Stored items
|---|
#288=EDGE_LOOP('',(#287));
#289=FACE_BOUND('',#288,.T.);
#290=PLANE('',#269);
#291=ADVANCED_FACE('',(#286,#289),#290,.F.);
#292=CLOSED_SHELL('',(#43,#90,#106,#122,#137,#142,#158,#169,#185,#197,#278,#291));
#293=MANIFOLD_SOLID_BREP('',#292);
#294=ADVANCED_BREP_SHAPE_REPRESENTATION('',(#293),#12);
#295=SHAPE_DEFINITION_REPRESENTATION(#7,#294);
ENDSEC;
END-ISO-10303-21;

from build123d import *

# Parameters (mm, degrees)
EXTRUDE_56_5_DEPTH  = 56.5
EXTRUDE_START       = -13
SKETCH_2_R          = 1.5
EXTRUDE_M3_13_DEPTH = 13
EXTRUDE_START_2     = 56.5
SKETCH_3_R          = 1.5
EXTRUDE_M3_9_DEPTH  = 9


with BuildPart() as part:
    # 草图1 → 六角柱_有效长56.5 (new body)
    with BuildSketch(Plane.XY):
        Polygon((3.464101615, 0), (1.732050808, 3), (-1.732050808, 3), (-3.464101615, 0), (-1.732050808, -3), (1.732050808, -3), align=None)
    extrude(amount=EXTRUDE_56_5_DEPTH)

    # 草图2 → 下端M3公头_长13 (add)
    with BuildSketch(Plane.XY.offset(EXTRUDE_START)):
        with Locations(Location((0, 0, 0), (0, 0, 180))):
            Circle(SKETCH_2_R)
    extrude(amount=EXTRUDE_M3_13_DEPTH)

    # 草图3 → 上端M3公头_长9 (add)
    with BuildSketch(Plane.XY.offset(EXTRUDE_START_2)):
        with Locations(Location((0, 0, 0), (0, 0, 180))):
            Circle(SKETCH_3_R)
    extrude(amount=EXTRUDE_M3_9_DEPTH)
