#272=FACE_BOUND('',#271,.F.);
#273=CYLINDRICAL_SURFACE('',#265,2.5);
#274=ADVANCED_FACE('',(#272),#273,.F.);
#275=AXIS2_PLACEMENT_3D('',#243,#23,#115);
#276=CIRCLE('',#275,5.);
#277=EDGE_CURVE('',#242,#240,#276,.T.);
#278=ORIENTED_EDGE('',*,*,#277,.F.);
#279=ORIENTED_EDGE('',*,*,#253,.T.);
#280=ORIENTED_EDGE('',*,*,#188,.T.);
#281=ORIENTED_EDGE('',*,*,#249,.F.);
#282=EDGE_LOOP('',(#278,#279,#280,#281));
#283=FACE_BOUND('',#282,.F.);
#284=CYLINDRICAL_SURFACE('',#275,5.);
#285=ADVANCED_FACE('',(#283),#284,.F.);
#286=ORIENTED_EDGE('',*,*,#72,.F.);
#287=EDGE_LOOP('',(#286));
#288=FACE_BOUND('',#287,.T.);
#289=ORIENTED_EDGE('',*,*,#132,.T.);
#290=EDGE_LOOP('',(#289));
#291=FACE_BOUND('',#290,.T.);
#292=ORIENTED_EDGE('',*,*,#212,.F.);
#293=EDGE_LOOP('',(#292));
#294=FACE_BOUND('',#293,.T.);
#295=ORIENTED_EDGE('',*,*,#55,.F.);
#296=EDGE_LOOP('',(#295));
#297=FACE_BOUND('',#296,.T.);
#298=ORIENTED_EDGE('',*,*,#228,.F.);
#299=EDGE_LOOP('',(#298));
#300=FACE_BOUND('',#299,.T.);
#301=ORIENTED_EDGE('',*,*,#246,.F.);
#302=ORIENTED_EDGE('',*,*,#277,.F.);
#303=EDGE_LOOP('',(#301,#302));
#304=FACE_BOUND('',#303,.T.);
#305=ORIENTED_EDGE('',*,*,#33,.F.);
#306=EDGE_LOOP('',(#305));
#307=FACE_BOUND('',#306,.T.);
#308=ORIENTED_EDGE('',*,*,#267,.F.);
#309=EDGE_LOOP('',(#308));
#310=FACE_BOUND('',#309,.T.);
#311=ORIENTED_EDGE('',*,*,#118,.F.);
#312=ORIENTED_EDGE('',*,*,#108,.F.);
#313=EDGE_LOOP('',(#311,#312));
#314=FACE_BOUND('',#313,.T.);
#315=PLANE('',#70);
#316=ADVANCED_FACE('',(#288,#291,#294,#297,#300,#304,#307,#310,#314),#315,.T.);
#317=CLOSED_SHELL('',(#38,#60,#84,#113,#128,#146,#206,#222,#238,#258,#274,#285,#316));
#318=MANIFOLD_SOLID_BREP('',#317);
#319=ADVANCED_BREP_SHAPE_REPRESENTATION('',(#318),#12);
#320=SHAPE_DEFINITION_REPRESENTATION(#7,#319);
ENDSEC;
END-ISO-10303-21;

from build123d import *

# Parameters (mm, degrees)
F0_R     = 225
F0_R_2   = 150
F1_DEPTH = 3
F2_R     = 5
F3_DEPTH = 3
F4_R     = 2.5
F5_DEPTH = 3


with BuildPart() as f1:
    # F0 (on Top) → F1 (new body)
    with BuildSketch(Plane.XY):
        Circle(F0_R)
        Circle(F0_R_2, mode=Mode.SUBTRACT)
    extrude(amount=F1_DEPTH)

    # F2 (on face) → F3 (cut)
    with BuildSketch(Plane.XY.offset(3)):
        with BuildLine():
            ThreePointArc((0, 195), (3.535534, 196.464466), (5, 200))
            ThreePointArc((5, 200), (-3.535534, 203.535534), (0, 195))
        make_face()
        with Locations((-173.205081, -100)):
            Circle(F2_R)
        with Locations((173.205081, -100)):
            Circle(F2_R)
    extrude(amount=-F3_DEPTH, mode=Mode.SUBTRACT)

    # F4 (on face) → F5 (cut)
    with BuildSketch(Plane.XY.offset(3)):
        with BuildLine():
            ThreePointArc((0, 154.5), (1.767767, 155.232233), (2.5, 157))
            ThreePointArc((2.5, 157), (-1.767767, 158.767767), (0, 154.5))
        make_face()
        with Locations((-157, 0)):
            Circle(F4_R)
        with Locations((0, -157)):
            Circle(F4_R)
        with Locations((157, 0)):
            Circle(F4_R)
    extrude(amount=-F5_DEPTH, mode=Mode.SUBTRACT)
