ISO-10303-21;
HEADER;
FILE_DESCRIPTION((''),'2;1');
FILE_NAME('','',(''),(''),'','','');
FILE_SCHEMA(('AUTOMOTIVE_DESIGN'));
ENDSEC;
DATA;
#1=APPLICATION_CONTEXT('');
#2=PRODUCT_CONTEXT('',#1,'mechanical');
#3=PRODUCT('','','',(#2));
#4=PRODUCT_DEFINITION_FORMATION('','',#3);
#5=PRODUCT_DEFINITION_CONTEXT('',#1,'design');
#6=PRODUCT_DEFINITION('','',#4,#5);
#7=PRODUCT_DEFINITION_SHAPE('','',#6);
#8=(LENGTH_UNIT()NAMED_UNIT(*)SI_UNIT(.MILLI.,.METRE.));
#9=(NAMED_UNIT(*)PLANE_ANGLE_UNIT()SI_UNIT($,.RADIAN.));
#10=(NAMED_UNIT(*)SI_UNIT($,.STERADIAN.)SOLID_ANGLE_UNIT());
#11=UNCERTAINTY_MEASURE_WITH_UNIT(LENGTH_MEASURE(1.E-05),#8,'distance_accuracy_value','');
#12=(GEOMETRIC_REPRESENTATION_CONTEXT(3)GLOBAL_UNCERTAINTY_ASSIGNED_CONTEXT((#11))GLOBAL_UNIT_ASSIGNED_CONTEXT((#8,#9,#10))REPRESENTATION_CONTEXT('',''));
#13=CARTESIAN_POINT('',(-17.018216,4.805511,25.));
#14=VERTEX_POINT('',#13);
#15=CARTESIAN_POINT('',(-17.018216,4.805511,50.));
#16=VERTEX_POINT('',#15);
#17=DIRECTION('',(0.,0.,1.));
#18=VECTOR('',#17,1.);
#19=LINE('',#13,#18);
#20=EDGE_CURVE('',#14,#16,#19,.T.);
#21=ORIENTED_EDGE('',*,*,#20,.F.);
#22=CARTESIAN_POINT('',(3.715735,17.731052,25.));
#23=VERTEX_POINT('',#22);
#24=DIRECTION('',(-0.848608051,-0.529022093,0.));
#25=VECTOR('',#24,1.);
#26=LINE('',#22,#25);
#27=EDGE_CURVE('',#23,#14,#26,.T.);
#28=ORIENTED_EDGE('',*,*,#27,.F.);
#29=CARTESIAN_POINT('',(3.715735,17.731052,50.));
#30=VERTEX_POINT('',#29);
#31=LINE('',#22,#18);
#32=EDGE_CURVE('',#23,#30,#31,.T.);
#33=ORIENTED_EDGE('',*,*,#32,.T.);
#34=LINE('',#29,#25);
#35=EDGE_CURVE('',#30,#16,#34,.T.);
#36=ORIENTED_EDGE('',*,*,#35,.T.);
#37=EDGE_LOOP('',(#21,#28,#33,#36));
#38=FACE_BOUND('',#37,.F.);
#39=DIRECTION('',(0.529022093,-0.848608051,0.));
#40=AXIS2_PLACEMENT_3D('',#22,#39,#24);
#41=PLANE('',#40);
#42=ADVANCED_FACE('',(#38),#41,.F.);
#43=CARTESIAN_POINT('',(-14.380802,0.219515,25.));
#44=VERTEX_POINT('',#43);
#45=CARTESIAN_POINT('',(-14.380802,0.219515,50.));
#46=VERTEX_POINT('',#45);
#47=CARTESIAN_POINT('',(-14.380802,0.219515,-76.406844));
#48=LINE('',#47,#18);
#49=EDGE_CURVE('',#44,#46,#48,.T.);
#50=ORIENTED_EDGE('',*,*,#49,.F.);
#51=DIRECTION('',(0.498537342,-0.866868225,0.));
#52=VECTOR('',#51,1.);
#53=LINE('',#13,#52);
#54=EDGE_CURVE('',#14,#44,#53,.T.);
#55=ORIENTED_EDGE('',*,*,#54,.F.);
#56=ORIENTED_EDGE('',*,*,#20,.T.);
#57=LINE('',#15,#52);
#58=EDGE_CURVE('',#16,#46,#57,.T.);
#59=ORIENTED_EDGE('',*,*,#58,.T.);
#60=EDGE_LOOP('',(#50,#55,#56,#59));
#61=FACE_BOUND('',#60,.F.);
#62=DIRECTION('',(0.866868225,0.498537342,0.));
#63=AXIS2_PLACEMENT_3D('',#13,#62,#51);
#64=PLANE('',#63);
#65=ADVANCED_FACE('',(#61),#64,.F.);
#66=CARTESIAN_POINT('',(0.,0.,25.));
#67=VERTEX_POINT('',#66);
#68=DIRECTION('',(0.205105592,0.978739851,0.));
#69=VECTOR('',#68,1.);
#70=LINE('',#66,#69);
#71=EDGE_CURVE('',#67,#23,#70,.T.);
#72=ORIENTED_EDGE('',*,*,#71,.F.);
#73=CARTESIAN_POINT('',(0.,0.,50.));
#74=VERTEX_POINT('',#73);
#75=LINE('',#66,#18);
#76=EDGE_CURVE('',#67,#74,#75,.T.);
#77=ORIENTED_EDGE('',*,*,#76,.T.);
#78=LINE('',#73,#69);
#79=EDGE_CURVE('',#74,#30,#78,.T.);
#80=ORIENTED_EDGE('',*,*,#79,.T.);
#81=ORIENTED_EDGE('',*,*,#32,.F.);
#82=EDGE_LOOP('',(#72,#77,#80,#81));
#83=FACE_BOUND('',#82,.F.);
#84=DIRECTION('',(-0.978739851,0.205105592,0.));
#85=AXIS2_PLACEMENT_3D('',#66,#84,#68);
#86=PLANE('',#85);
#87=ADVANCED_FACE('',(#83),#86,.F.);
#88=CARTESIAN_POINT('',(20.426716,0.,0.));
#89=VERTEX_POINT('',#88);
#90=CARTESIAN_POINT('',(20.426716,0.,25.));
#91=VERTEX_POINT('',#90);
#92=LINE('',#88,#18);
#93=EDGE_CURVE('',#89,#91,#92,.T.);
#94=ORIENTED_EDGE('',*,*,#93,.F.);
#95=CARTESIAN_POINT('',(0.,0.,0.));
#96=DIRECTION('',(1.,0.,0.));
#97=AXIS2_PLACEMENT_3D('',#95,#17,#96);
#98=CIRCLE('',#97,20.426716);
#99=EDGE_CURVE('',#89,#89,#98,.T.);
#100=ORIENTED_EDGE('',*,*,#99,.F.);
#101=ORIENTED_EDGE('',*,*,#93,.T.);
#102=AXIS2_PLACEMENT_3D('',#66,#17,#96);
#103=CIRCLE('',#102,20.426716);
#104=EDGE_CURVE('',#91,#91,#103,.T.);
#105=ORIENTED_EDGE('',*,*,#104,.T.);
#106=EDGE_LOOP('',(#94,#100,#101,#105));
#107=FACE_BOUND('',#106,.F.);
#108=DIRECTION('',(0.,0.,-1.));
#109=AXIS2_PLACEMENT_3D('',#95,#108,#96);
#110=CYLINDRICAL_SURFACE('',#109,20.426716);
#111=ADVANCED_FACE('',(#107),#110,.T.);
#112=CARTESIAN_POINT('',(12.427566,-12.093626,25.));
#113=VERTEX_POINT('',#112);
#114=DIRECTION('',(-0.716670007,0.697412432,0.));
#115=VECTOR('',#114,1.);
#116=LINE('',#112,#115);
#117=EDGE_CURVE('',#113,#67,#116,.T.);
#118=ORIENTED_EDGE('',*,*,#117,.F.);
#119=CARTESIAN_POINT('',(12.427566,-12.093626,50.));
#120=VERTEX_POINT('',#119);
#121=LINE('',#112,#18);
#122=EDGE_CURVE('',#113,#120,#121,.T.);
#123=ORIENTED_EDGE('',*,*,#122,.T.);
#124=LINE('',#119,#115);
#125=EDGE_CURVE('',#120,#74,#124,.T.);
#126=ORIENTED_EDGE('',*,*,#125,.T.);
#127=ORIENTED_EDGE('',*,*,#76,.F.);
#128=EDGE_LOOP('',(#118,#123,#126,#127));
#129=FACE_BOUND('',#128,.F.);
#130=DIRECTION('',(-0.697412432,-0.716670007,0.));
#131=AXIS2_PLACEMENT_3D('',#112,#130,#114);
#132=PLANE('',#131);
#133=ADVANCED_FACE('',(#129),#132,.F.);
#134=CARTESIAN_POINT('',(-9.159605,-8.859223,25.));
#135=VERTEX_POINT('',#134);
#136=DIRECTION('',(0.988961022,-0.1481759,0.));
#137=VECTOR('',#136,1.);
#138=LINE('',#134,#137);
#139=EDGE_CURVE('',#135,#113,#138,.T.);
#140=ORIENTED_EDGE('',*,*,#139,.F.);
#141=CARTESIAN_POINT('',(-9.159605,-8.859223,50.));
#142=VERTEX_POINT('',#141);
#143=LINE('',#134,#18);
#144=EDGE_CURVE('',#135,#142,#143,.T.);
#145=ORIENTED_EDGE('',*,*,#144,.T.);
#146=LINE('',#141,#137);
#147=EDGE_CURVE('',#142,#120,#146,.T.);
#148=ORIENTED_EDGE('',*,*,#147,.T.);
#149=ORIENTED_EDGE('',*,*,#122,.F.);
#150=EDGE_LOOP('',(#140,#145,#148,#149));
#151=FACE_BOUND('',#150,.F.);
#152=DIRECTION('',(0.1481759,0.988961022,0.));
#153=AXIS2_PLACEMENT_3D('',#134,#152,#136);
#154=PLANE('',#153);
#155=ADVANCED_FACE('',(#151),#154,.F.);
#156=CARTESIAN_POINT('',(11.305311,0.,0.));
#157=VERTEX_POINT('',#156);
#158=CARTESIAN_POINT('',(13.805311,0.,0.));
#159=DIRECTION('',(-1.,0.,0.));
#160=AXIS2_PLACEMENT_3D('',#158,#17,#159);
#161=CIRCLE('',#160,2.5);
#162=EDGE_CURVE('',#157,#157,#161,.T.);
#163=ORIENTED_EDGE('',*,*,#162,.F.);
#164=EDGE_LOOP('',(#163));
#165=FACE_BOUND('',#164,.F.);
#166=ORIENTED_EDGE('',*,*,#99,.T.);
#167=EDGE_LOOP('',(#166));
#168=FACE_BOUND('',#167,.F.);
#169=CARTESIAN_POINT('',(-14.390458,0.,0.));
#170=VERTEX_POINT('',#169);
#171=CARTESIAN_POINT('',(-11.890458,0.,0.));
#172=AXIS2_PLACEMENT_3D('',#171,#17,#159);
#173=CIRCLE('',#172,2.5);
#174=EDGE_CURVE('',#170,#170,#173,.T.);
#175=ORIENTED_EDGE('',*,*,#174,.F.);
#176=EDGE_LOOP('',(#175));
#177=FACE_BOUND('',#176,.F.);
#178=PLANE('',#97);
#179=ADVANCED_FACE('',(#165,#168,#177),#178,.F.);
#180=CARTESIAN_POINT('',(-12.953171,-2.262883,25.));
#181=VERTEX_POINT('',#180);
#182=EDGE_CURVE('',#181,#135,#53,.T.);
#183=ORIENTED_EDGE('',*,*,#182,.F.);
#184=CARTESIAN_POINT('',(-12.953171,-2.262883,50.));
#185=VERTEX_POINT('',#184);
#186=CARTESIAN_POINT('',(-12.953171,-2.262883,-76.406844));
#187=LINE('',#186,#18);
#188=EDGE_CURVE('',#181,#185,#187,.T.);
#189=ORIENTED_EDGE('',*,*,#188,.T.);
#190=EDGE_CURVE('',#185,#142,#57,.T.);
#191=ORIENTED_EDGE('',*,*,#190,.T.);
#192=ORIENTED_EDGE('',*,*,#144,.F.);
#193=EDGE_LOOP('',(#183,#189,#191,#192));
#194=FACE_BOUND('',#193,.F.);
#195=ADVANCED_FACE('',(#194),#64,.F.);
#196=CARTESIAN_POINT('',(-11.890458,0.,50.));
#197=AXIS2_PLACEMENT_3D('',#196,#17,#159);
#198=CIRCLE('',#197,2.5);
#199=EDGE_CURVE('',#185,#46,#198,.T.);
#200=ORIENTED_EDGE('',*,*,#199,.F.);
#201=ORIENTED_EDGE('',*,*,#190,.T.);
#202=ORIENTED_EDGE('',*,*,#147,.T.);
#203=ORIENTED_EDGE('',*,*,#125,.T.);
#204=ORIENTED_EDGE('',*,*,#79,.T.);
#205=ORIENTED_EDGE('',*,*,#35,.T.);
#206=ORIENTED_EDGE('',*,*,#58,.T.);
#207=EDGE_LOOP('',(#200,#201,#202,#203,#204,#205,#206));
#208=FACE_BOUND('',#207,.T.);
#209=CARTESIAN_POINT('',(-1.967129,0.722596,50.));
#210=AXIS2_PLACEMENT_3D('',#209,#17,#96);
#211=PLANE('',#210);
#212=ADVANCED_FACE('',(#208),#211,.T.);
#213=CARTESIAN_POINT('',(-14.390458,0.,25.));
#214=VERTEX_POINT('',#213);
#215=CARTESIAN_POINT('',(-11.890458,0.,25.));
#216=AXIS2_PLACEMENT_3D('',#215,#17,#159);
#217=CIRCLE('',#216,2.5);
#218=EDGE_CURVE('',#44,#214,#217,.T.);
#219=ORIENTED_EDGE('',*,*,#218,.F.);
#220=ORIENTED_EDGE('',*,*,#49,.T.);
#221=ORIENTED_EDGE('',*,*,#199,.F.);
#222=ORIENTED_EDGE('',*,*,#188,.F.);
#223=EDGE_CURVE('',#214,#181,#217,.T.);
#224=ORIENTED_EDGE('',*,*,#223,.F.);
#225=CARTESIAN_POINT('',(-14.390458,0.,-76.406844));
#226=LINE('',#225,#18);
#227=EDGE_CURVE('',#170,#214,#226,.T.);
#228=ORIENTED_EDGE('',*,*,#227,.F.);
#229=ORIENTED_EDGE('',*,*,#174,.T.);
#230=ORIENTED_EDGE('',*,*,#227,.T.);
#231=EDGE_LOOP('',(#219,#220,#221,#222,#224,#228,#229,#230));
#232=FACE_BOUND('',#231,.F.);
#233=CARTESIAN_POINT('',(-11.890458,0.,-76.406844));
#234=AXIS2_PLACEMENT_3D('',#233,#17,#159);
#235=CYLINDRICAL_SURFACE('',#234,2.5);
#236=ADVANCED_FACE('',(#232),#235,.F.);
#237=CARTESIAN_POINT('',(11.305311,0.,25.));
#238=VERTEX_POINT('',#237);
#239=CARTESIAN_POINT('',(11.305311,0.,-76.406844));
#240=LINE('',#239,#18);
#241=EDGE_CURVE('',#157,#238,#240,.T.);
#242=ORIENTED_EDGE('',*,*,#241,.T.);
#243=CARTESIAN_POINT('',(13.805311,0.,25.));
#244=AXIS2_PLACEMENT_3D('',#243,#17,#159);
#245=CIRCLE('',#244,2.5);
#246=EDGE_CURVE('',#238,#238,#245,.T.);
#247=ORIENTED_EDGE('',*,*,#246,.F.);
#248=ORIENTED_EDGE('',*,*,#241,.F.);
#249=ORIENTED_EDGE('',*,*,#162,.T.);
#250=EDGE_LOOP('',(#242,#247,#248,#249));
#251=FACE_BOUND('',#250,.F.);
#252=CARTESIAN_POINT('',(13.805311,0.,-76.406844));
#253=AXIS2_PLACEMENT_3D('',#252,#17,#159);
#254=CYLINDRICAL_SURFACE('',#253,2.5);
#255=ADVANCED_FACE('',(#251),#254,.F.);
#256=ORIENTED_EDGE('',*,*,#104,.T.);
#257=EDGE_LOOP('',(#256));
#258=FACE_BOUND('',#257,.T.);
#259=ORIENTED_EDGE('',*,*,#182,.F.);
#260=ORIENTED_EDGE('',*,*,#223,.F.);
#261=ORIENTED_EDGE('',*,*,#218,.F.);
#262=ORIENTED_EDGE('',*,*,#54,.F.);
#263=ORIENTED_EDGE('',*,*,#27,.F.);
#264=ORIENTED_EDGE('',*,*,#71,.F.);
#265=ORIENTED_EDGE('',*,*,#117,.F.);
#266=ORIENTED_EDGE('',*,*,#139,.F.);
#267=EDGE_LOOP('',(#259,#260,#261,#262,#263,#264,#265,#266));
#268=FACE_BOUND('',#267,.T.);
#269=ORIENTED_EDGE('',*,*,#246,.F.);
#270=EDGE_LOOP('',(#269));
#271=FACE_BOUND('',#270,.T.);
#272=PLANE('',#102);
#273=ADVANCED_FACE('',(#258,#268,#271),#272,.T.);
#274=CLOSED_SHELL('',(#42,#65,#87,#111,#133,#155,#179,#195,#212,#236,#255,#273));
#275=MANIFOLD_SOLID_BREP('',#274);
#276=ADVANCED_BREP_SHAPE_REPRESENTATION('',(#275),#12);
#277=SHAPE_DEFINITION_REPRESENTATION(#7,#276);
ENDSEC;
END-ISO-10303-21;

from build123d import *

# Parameters (mm, degrees)
F0_R     = 20.426716
F1_DEPTH = 25
F3_DEPTH = 25
F5_D     = 5


with BuildPart() as f1:
    # F0 (on Top) → F1 (new body)
    with BuildSketch(Plane.XY):
        Circle(F0_R)
    extrude(amount=F1_DEPTH)

    # F2 (on face) → F3 (join)
    with BuildSketch(Plane.XY.offset(25)):
        Polygon((-9.159605, -8.859223), (12.427566, -12.093626), (0, 0), (3.715735, 17.731052), (-17.018216, 4.805511), align=None)
    extrude(amount=F3_DEPTH)

    # F5 (through all)
    with Locations(Plane(origin=(0, 0, 0), x_dir=(1, 0, 0), z_dir=(0, 0, -1))):
        with Locations((-11.890458, 0), (13.805311, 0)):
            Hole(F5_D / 2)


solid = f1.part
|---|
# The problem:
Taking the line with "#244=AXIS2_PLACEMENT_3D('',#243,#17,#159);" as the first and the line with "#263=ORIENTED_EDGE('',*,*,#27,.F.);" as the last, retype that stretch of the data above exactly, with no other lines.

# Response:
#244=AXIS2_PLACEMENT_3D('',#243,#17,#159);
#245=CIRCLE('',#244,2.5);
#246=EDGE_CURVE('',#238,#238,#245,.T.);
#247=ORIENTED_EDGE('',*,*,#246,.F.);
#248=ORIENTED_EDGE('',*,*,#241,.F.);
#249=ORIENTED_EDGE('',*,*,#162,.T.);
#250=EDGE_LOOP('',(#242,#247,#248,#249));
#251=FACE_BOUND('',#250,.F.);
#252=CARTESIAN_POINT('',(13.805311,0.,-76.406844));
#253=AXIS2_PLACEMENT_3D('',#252,#17,#159);
#254=CYLINDRICAL_SURFACE('',#253,2.5);
#255=ADVANCED_FACE('',(#251),#254,.F.);
#256=ORIENTED_EDGE('',*,*,#104,.T.);
#257=EDGE_LOOP('',(#256));
#258=FACE_BOUND('',#257,.T.);
#259=ORIENTED_EDGE('',*,*,#182,.F.);
#260=ORIENTED_EDGE('',*,*,#223,.F.);
#261=ORIENTED_EDGE('',*,*,#218,.F.);
#262=ORIENTED_EDGE('',*,*,#54,.F.);
#263=ORIENTED_EDGE('',*,*,#27,.F.);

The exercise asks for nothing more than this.